All fair points except for the last one, which is a logical fallacy. You could apply that logic to the first implementation of auto focus, IS, etc:

"If we can't hold the lens still, shouldn't we find a new hobby/gig"?

"I we can't use manual focus quick enough, shouldn't we find a new hobby/gig?"


----------



## 9VIII (Jan 7, 2014)

Hmm. I was going to say that the buffer depth on the 1Dx is better, but I just looked at some test videos and they look pretty much the same, the memory card seems to be the real bottleneck.
At this point I don't think there's any reason to take one over the other.


----------



## neuroanatomist (Jan 7, 2014)

MichaelHodges said:


> neuroanatomist said:
> 
> 
> > MikaelHodges said:
> ...



Logical fallacy or not, I have a strong suspicion that that exact issue is the reason the 1DX seems to routinely underexposed by about half a stop when using evaluative metering, compared to many other cameras. Kevin wants to save us from ourselves, or something like that.


----------



## KyleSTL (Jan 7, 2014)

neuroanatomist said:


> sagittariansrock said:
> 
> 
> > That's what I was thinking too. "Don't go guys... we have something GREAT in store for you. Have faith!"
> ...


 
The same happened with the D70s. 'Modest' would be a stretch to describe the difference between the two. Granted that camera was nearly 9 years ago and is at least 3 rungs below the D4 in the hierarchical ladder, but it does show a history of claims and results.


----------



## Quasimodo (Jan 7, 2014)

Eldar said:


> Quasimodo said:
> 
> 
> > Eldar said:
> ...


----------



## LetTheRightLensIn (Jan 7, 2014)

neuroanatomist said:


> MikaelHodges said:
> 
> 
> > If you can't recover highlights, who cares if you have two extra FPS and built in GPS with Insta-Facebook upload?
> ...



Actually probably yes. Unless you have a 1DX or 6D then yeah as it has better DR than other Canon bodies at ISO3200 (and about the same as the 1DX/6D, maybe a trace more but it doesn't really matter).

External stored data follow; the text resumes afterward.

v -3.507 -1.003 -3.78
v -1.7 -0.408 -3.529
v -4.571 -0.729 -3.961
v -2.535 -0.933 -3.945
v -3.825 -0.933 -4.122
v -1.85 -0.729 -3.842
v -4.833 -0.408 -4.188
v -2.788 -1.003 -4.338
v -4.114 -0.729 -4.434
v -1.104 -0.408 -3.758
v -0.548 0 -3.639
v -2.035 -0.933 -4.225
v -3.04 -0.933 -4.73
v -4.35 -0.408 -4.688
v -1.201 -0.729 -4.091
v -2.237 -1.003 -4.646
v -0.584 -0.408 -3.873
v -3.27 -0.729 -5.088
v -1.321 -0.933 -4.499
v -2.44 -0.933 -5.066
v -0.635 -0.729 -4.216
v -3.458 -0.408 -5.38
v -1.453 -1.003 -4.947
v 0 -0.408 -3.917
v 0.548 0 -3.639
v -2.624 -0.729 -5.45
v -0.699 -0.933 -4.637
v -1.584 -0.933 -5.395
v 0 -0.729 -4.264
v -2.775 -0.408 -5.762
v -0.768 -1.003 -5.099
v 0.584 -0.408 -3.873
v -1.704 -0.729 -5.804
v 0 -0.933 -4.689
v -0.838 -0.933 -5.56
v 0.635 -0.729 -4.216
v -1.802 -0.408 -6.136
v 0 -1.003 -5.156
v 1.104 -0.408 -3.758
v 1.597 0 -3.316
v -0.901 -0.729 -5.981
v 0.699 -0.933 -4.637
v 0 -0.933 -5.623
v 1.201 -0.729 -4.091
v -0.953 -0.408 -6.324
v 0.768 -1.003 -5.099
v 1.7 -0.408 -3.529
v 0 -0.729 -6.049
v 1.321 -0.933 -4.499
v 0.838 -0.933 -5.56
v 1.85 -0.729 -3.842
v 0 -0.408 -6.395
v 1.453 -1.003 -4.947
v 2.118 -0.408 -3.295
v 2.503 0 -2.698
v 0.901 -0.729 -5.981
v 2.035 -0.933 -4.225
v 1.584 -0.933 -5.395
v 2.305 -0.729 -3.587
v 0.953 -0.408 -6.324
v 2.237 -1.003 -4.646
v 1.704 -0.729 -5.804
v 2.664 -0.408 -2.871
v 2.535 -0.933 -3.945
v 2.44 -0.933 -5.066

> If your autofocus gives you a blurry image, who cares if you have an extra stop or two of dynamic range?



I don't know that the Nikon AF is so bad as Canon users think though (during the Beijing Olympics era, a number of pros were slamming Canon and saying they were forced to go to Nikon since they simple were sick of missing too many shots from Canon AF, and we are talking really big time shooters, ones with high level press passes for the Beijing games and all). And for lots of landscape stuff I doubt there is a problem using it compared to Canon. And BTW at ISO100 the Exmor stuff is not an extra 1 or 2 stops but closer to 3 in reality.

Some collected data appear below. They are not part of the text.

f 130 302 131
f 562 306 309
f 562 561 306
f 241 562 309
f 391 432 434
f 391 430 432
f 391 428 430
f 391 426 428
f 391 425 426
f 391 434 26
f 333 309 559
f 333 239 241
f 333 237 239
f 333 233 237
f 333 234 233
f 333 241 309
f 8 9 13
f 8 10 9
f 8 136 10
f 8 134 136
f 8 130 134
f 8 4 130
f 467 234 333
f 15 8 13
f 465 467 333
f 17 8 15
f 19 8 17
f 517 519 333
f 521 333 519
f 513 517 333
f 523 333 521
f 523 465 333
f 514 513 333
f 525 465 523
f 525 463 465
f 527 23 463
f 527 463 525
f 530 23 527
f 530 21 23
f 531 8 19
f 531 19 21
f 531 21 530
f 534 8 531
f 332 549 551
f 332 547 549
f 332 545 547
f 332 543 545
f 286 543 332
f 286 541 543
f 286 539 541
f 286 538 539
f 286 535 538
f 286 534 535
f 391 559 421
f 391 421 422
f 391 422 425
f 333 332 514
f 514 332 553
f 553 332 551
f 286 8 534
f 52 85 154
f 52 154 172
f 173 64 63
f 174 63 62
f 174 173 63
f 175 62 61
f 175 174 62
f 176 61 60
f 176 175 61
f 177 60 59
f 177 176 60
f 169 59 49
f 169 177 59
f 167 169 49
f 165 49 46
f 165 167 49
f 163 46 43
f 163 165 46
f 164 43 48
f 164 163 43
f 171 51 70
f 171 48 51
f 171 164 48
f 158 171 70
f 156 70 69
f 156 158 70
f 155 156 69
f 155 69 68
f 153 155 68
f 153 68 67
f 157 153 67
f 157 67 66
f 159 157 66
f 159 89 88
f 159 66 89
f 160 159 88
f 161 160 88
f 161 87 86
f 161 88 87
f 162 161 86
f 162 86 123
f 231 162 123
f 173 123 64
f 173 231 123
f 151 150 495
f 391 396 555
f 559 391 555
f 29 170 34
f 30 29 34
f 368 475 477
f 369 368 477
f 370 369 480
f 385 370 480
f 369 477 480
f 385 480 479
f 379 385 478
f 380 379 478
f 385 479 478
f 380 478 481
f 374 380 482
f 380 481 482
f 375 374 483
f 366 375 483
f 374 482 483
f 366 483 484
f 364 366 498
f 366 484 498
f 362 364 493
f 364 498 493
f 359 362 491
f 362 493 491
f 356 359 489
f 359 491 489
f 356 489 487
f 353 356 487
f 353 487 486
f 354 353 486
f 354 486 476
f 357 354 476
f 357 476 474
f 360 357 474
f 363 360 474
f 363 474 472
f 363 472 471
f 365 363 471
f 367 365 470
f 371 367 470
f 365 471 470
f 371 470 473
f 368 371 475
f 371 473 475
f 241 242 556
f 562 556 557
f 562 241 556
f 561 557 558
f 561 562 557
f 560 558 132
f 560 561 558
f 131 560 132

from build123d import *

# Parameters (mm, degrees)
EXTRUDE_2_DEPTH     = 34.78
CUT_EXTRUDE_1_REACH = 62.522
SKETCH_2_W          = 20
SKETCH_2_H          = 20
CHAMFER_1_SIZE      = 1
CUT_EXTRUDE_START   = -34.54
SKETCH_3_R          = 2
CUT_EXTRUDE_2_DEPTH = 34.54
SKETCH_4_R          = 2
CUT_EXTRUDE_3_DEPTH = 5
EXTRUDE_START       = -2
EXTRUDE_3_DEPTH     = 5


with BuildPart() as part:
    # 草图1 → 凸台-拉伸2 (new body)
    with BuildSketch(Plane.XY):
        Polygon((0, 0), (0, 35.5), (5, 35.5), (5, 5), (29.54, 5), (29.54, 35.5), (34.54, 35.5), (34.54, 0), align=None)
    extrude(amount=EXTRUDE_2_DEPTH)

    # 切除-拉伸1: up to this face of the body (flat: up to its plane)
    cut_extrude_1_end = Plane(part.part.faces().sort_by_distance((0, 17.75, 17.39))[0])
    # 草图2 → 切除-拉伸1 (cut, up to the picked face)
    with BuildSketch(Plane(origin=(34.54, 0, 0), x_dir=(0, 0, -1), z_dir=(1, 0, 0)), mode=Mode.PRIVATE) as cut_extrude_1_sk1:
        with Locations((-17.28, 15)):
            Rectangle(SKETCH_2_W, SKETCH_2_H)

As a whole, has the Canon lineup really had better AF overall than the Nikon to where you can toss off a statement like that? The 1DX,5D3,1D2,1D4 were pretty solid, most of the rest weren't anything even close to special when it came to AF and many were downright pretty bad, even the 7D tended to struggle for soccer/football.



> If you miss a key moment because your frame rate was too slow, who cares if you can't recover a blown highlight?



Nikon has cameras with fast fps and in fact they had a FF camera with fast fps before Canon ever got around to it.



> If you need a 17mm TS/PC lens, or a hand-holdable 600mm f/4 lens, how useful is a sensor with better low ISO DR?



It depends, if the shot taken with 17mm would be a super high DR scene where you couldn't combine shots, then it's a judgement call as to whether the DR or T&S are more important. Anyway I do like the Canon lens line-up better. And their video (although it's really Magic Lantern that saved them in this regard, because marketing radically crippled the 5D3's actual hardware capabilities when it came to video quality and usability) and UI better.



> If you can't expose to preserve highlights when you need to, should you find a new hobby/job?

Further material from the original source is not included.